The tantrum thing - my ds has ADHD and gets angry with tech too. I set timers on the tech he can use and when they go off, he has to come off. If the computer says no, he's fine; if I say no, he gets cross.

Major tantrums and meltdowns - he goes upstairs. When he's calm, then we talk about what happened and why and he puts right any damage he's done. He loses that piece of tech for a while until he truly is calm enough to use it again - might not be until the following day.

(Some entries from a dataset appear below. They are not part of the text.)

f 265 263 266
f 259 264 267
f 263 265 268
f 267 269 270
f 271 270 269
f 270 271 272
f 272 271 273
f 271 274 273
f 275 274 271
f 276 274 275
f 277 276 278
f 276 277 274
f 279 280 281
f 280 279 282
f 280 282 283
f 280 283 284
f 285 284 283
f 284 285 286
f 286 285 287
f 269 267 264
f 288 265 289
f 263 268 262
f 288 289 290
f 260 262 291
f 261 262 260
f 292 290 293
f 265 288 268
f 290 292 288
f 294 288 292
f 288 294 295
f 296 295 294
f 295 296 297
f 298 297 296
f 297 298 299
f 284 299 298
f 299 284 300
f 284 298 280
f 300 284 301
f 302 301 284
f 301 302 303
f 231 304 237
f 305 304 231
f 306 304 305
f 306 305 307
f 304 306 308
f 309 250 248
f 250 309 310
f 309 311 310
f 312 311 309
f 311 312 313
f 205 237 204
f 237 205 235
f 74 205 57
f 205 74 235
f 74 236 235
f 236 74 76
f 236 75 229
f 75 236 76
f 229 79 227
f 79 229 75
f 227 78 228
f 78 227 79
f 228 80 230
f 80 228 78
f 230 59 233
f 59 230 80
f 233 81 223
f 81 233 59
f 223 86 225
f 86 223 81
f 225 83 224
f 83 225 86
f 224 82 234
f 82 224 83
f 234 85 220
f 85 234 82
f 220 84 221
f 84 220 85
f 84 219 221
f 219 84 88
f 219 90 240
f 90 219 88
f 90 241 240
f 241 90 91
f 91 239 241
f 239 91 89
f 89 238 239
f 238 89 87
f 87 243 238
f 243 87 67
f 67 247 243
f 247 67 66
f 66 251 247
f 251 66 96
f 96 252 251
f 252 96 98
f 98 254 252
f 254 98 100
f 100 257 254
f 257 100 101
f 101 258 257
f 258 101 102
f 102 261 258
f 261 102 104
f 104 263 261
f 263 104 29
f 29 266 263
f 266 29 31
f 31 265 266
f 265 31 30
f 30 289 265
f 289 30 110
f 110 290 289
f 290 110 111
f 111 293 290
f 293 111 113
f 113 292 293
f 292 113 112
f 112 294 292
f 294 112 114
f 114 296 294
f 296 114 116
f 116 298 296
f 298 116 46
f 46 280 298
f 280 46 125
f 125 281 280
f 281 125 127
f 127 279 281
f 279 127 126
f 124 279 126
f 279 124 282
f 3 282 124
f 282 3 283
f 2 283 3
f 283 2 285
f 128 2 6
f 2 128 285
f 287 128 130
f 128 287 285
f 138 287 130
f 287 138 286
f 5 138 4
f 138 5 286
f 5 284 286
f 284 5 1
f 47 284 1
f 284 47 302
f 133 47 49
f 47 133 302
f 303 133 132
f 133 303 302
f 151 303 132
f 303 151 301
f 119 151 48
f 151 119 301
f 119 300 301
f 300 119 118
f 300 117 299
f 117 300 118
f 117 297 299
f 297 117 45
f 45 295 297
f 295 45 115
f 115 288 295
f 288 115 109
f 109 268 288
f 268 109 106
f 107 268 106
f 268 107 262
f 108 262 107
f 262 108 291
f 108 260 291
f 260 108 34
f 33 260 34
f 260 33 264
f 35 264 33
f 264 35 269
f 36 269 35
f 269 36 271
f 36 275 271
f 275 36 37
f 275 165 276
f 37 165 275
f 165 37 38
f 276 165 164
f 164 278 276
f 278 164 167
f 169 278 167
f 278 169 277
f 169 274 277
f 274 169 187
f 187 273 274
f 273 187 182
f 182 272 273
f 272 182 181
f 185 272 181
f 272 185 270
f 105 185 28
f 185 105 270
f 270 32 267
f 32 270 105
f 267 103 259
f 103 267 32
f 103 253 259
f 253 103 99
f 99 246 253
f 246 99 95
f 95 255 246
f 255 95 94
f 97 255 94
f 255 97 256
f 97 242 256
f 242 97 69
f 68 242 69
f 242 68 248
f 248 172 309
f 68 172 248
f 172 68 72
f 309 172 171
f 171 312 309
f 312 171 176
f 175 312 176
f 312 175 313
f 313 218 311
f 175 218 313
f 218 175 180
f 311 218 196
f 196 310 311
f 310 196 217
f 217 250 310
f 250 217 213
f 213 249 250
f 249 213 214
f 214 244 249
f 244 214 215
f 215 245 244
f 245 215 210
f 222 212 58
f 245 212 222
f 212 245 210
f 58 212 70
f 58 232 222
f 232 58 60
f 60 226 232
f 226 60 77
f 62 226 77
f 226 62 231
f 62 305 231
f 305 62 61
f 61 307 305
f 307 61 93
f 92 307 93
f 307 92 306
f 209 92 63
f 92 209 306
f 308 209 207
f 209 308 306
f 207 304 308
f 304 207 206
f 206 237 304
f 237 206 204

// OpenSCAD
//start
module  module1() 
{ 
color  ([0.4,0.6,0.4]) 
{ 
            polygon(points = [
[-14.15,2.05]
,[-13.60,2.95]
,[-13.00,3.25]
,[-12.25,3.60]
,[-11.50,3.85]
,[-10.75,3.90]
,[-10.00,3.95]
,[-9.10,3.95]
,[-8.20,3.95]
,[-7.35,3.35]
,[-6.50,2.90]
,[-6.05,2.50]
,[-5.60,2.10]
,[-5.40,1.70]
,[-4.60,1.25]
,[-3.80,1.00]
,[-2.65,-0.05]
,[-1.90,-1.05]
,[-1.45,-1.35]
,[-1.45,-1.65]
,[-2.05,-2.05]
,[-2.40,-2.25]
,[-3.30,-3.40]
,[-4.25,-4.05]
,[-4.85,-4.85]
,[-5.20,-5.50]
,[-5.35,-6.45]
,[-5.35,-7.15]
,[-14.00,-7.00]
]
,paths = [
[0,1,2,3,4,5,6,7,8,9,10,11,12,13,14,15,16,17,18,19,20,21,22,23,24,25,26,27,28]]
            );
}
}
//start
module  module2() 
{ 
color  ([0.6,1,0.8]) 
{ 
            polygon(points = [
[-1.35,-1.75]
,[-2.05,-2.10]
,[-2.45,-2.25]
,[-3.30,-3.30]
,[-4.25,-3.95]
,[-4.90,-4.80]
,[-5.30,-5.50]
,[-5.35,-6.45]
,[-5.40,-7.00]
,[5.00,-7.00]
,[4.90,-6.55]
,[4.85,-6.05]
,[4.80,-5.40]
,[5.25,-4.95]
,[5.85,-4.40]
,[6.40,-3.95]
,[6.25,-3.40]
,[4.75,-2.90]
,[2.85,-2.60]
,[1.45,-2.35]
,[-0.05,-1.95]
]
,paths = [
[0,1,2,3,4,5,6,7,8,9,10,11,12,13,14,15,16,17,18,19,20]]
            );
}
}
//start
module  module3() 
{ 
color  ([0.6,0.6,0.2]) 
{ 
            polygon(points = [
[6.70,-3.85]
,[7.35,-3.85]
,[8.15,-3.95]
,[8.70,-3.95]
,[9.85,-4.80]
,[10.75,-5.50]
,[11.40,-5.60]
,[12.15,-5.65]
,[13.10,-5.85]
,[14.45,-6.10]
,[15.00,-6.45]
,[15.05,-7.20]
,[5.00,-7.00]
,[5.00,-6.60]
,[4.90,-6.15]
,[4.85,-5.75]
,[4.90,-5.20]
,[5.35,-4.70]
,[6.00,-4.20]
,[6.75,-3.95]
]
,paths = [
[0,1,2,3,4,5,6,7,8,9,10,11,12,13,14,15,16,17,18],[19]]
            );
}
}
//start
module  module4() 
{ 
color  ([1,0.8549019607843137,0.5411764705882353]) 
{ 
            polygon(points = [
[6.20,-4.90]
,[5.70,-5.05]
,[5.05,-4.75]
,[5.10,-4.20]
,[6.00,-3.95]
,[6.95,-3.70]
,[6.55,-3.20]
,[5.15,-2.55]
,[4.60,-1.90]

Shouting at and punishing him for feeling angry and not know where to direct it is not going to help.

HowcanIhelp123 · 10/09/2023 21:52

How long is a bit of string? Varies depending on age, level of misbehaviour and confounding factors.

3yo is acting up the day after you let them stay up late for a party? No punishment for 3yo. Adults didn't put them to bed, its their fault and the punishment for adult is the moody 3yo. Obviously different if it was simply the 3yo refusing to sleep!

Older child breaks something? Then they have to do extra chores to 'pay' for what they broke. If its small its not a long punishment but the bigger the item such as a tablet, the longer it takes them to earn enough. May be associated with loss of access to something/grounding alongside if it was malicious.

One off outburst? Time out and an apology.

Pointless having an arbitrary punishment of 'lose tv for a week' whatever they do, be it talk back or smash something up. Doesn't really link or teach consequence. They'll probably eventually figure out they're getting same punishment anyway so may as well go full hog.